As you may have picked up already from my Facebook page, I get a little excited over the local bi-annual horror festival that happens at The Riverside Drive-In. You would too, fellow horror geek, if you lived here. And this weekend is another "April Ghouls" horror marathon, now an annual event just like its late summer cousin, The Super Drive-In Monster-Rama. The Riverside was more crowded than I recall seeing it before, hopefully a good sign that we'll be getting more of these events in the future. I got to see inside the projection booth this time and check out the fantastic digital projector the Riverside acquired, right beside the classic 35mm projector. The April Ghouls festival incorporates both digital projections and standard film.

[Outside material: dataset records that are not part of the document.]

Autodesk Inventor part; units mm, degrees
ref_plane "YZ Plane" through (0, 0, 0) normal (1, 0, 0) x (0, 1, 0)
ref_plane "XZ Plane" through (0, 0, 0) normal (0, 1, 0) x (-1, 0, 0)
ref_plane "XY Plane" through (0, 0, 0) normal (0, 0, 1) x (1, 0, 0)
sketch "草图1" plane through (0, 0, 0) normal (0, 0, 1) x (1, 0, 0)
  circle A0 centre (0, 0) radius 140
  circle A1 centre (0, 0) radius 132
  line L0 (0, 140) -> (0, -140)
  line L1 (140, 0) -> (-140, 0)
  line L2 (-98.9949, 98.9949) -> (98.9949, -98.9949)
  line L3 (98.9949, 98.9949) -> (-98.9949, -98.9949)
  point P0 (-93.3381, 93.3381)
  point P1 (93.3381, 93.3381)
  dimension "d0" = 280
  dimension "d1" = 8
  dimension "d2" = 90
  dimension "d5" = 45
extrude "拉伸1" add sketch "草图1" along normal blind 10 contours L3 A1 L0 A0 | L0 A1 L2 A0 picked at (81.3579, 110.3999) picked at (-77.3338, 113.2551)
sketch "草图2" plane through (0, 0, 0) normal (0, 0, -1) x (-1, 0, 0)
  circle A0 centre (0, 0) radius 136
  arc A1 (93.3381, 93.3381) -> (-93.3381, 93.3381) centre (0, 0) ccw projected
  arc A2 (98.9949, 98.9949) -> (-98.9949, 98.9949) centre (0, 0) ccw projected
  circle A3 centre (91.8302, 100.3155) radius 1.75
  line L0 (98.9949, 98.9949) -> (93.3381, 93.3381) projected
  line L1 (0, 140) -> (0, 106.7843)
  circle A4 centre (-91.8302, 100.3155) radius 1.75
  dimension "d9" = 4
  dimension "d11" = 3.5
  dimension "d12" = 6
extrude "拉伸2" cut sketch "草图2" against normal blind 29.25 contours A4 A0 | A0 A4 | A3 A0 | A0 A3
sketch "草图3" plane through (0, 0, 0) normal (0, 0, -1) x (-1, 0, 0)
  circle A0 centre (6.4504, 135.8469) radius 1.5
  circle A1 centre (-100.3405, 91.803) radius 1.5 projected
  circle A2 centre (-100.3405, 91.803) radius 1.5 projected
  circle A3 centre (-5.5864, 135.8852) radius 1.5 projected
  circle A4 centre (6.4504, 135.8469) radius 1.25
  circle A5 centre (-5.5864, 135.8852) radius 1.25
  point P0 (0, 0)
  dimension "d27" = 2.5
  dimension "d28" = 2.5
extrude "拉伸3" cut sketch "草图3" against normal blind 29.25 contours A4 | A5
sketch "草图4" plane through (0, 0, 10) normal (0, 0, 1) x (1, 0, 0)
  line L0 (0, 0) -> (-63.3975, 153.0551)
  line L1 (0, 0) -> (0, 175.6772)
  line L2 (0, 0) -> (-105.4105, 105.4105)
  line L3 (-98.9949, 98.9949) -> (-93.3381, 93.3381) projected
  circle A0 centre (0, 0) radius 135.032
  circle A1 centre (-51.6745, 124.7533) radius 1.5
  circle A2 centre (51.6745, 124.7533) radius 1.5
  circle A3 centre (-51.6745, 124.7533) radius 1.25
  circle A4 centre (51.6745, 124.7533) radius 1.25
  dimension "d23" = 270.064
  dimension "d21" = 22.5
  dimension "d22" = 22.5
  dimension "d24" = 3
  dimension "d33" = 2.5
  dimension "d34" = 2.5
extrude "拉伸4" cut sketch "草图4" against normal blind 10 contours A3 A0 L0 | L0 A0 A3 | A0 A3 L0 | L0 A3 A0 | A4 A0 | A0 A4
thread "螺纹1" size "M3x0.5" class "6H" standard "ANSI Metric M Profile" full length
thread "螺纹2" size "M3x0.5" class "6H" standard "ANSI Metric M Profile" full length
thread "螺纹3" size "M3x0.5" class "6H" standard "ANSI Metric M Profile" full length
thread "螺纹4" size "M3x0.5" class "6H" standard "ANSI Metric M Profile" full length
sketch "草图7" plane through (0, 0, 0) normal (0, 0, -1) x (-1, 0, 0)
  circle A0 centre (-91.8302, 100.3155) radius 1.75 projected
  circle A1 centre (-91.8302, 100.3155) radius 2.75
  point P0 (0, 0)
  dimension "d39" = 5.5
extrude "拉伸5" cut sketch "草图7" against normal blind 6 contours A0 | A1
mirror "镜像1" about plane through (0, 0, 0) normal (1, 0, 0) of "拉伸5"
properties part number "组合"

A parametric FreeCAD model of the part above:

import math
import FreeCAD as App
import Part
import Sketcher
from FreeCAD import Vector
Q = App.Units.Quantity

doc = App.newDocument("Part")
body = doc.addObject("PartDesign::Body", "Body")

# Sketch on XY plane
sketch1 = doc.addObject("Sketcher::SketchObject", "Sketch")
body.addObject(sketch1)
sketch1.AttachmentSupport = (doc.XY_Plane, [""])
sketch1.MapMode = "FlatFace"
sketch1.addGeometry([
    Part.LineSegment(Vector(93, 93, 0), Vector(99, 99, 0)),
    Part.ArcOfCircle(Part.Circle(Vector(0, 0, 0), Vector(0, 0, 1), 140), math.radians(45), math.radians(135)),
    Part.LineSegment(Vector(-99, 99, 0), Vector(-93, 93, 0)),
    Part.ArcOfCircle(Part.Circle(Vector(0, 0, 0), Vector(0, 0, 1), 132), math.radians(45), math.radians(135)),
], False)
sketch1.addConstraint([
    Sketcher.Constraint("Coincident", 0, 2, 1, 1),
    Sketcher.Constraint("Coincident", 1, 2, 2, 1),
    Sketcher.Constraint("Coincident", 2, 2, 3, 2),
    Sketcher.Constraint("Coincident", 3, 1, 0, 1),
    Sketcher.Constraint("Coincident", 1, 3, -1, 1),
    Sketcher.Constraint("Coincident", 3, 3, -1, 1),
    Sketcher.Constraint("Perpendicular", 0, 2),
    Sketcher.Constraint("Horizontal", 0, 2, 1, 2),
    Sketcher.Constraint("Horizontal", 2, 2, 3, 1),
    Sketcher.Constraint("Radius", 1, Q("140 mm")),
    Sketcher.Constraint("Distance", 0, Q("8 mm")),
    Sketcher.Constraint("DistanceX", -1, 1, 0, 2, Q("98.995 mm")),
])
pad1 = doc.addObject("PartDesign::Pad", "Pad")
body.addObject(pad1)
pad1.Profile = sketch1
pad1.Length = 10

# Sketch on XY plane
sketch2 = doc.addObject("Sketcher::SketchObject", "Sketch001")
body.addObject(sketch2)
sketch2.AttachmentSupport = (doc.XY_Plane, [""])
sketch2.MapMode = "FlatFace"
sketch2.addGeometry([
    Part.Circle(Vector(91.8, 100.3, 0), Vector(0, 0, 1), 1.8),
    Part.Circle(Vector(-91.8, 100.3, 0), Vector(0, 0, 1), 1.8),
], False)
sketch2.addConstraint([
    Sketcher.Constraint("Equal", 0, 1),
    Sketcher.Constraint("Symmetric", 0, 3, 1, 3, -2),
    Sketcher.Constraint("Diameter", 0, Q("3.5 mm")),
    Sketcher.Constraint("DistanceX", -1, 1, 0, 3, Q("91.8302 mm")),
    Sketcher.Constraint("DistanceY", -1, 1, 0, 3, Q("100.3155 mm")),
])
pocket1 = doc.addObject("PartDesign::Pocket", "Pocket")
body.addObject(pocket1)
pocket1.Profile = sketch2
pocket1.Length = 29.25
pocket1.Reversed = True

# Sketch on XY plane
sketch3 = doc.addObject("Sketcher::SketchObject", "Sketch002")
body.addObject(sketch3)
sketch3.AttachmentSupport = (doc.XY_Plane, [""])
sketch3.MapMode = "FlatFace"
sketch3.addGeometry([
    Part.Circle(Vector(-6.5, 135.8, 0), Vector(0, 0, 1), 1.2),
    Part.Circle(Vector(5.6, 135.9, 0), Vector(0, 0, 1), 1.2),
], False)
sketch3.addConstraint([
    Sketcher.Constraint("Equal", 0, 1),
    Sketcher.Constraint("Diameter", 0, Q("2.5 mm")),
    Sketcher.Constraint("DistanceY", -1, 1, 0, 3, Q("135.847 mm")),
    Sketcher.Constraint("DistanceX", 0, 3, -1, 1, Q("6.4504 mm")),
    Sketcher.Constraint("DistanceX", -1, 1, 1, 3, Q("5.5864 mm")),
    Sketcher.Constraint("DistanceY", -1, 1, 1, 3, Q("135.8852 mm")),
])
pocket2 = doc.addObject("PartDesign::Pocket", "Pocket001")
body.addObject(pocket2)
pocket2.Profile = sketch3
pocket2.Length = 29.25
pocket2.Reversed = True

# Sketch on XY plane
sketch4 = doc.addObject("Sketcher::SketchObject", "Sketch003")
body.addObject(sketch4)
sketch4.AttachmentSupport = (doc.XY_Plane, [""])
sketch4.MapMode = "FlatFace"
sketch4.AttachmentOffset = App.Placement(Vector(0, 0, 10), App.Rotation())
sketch4.addGeometry([
    Part.Circle(Vector(-51.7, 124.8, 0), Vector(0, 0, 1), 1.2),
    Part.Circle(Vector(51.7, 124.8, 0), Vector(0, 0, 1), 1.2),
], False)
sketch4.addConstraint([
    Sketcher.Constraint("Equal", 0, 1),
    Sketcher.Constraint("Symmetric", 0, 3, 1, 3, -2),
    Sketcher.Constraint("Diameter", 0, Q("2.5 mm")),
    Sketcher.Constraint("DistanceX", 0, 3, 1, 3, Q("103.349 mm")),
    Sketcher.Constraint("DistanceY", -1, 1, 0, 3, Q("124.7533 mm")),
])
pocket3 = doc.addObject("PartDesign::Pocket", "Pocket002")
body.addObject(pocket3)
pocket3.Profile = sketch4
pocket3.Length = 10

# Sketch on XY plane
sketch5 = doc.addObject("Sketcher::SketchObject", "Sketch004")
body.addObject(sketch5)
sketch5.AttachmentSupport = (doc.XY_Plane, [""])
sketch5.MapMode = "FlatFace"
sketch5.addGeometry(Part.Circle(Vector(91.8, 100.3, 0), Vector(0, 0, 1), 2.8), False)
sketch5.addConstraint([
    Sketcher.Constraint("Diameter", 0, Q("5.5 mm")),
    Sketcher.Constraint("DistanceX", -1, 1, 0, 3, Q("91.8302 mm")),
    Sketcher.Constraint("DistanceY", -1, 1, 0, 3, Q("100.3155 mm")),
])
pocket4 = doc.addObject("PartDesign::Pocket", "Pocket003")
body.addObject(pocket4)
pocket4.Profile = sketch5
pocket4.Length = 6
pocket4.Reversed = True
doc.recompute()

mirrored = doc.addObject("PartDesign::Mirrored", "Mirrored")
body.addObject(mirrored)
mirrored.Originals = [pocket4]
mirrored.MirrorPlane = (doc.YZ_Plane, [""])
body.Tip = mirrored

doc.recompute()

First up was "The Texas Chain Saw Massacre", something I've never seen at a drive-in before. I did see it once in a crowded theater, with the sound turned down so low that all I really heard was people chewing popcorn around me. But in my car, I was able to turn it up as loud as I wanted to, and the sound design is fantastic in the new 4k restoration. It's been a while since I've seen the movie, and I haven't watched it since Marilyn Burns passed away recently. I have to say its ability to shock and disturb can go undiminished, especially Marilyn's performance. She's absolutely feral in the final third of the film where she has to fight for her life, and the way she just throws herself into it is stunning. The first two murders, Pam and Kirk, also are chilling in the way they happen so suddenly, brutally, and seemingly out of nowhere. It always gives me the creeps the way Pam is sitting outside on the swing, completely unaware that inside the house her boyfriend is already dead. After being grabbed by Leatherface in that stunning shot where he picks her up from behind, she's hung on a meathook and must then watch this bizarre lunatic saw off his head and extremities with a chain saw. The final dehumanization she suffers is when she's apparently removed from the hook (off screen) and then stored in a freezer while still alive. The matter of fact way this all happens is one of the scariest things about the movie.
"The Evil Dead" is one that I've seen big screen before, although not during its original release in 1981. I like the first two films, don't really care for "Army of Darkness" (as in, I don't ever want to sit through it again in my life), but the first film still has a sense of cheapness and mystery about it that I love. It's not as jokey as the second one, and the fact that most of it is played with a straight face is what I love about it. The fantastic possession and demon scenes are so inventive and cool, especially the stop motion faces when the demons themselves actually seem to manifest for a moment before disappearing at the end of the movie.
Third feature, "Night of the Demons", well....maybe the less said about it, the better. After the two trailblazers that came before it, this movie is clearly out of its league, instead seeming more like it's assembled from other parts of better movies. It has a playful self-awareness, as if it knows how silly it's being, but it never gets around to actually being scary. The casio keyboard soundtrack does not help, either. What it does have going for it is some fantastic makeup and set design, as well as a great performance by scream queen Linnea Quigley, who has some trouble with her lipstick in this movie.
And speaking of derivative, Lamberto Bava's "Demons" capped off the evening in a spectacular way. Another big screen first for me, "Demons" has long been a personal favorite of mine. Although it clearly takes its concept from "The Evil Dead", it goes for the gold with a nearly unending series of mutilations: scalpings, lynchings, stabbings, throat gougings, all sorts of mayhem are all featured front and center in this movie, and are clearly the only reason it exists. The almost total lack of plot and plausible characters actually helps the movie rather than hurting it, since any kind of attempt to tell a more elaborate story here would have derailed it. "Demons" is a purely visual and visceral experience, and if you give any thought to just how ridiculous it all really is, then you're thinking about it way too much.
So that was the Friday lineup for the 2015 April Ghouls Drive-in Monster-Rama, four fantastic drive-in movies from a bygone era. Well, actually only the first two were probably true drive-in movies, since home video was already taking over the market by the time "Night of the Demons" and "Demons" rolled along, but they all play very well late at night on a big screen in a dark field.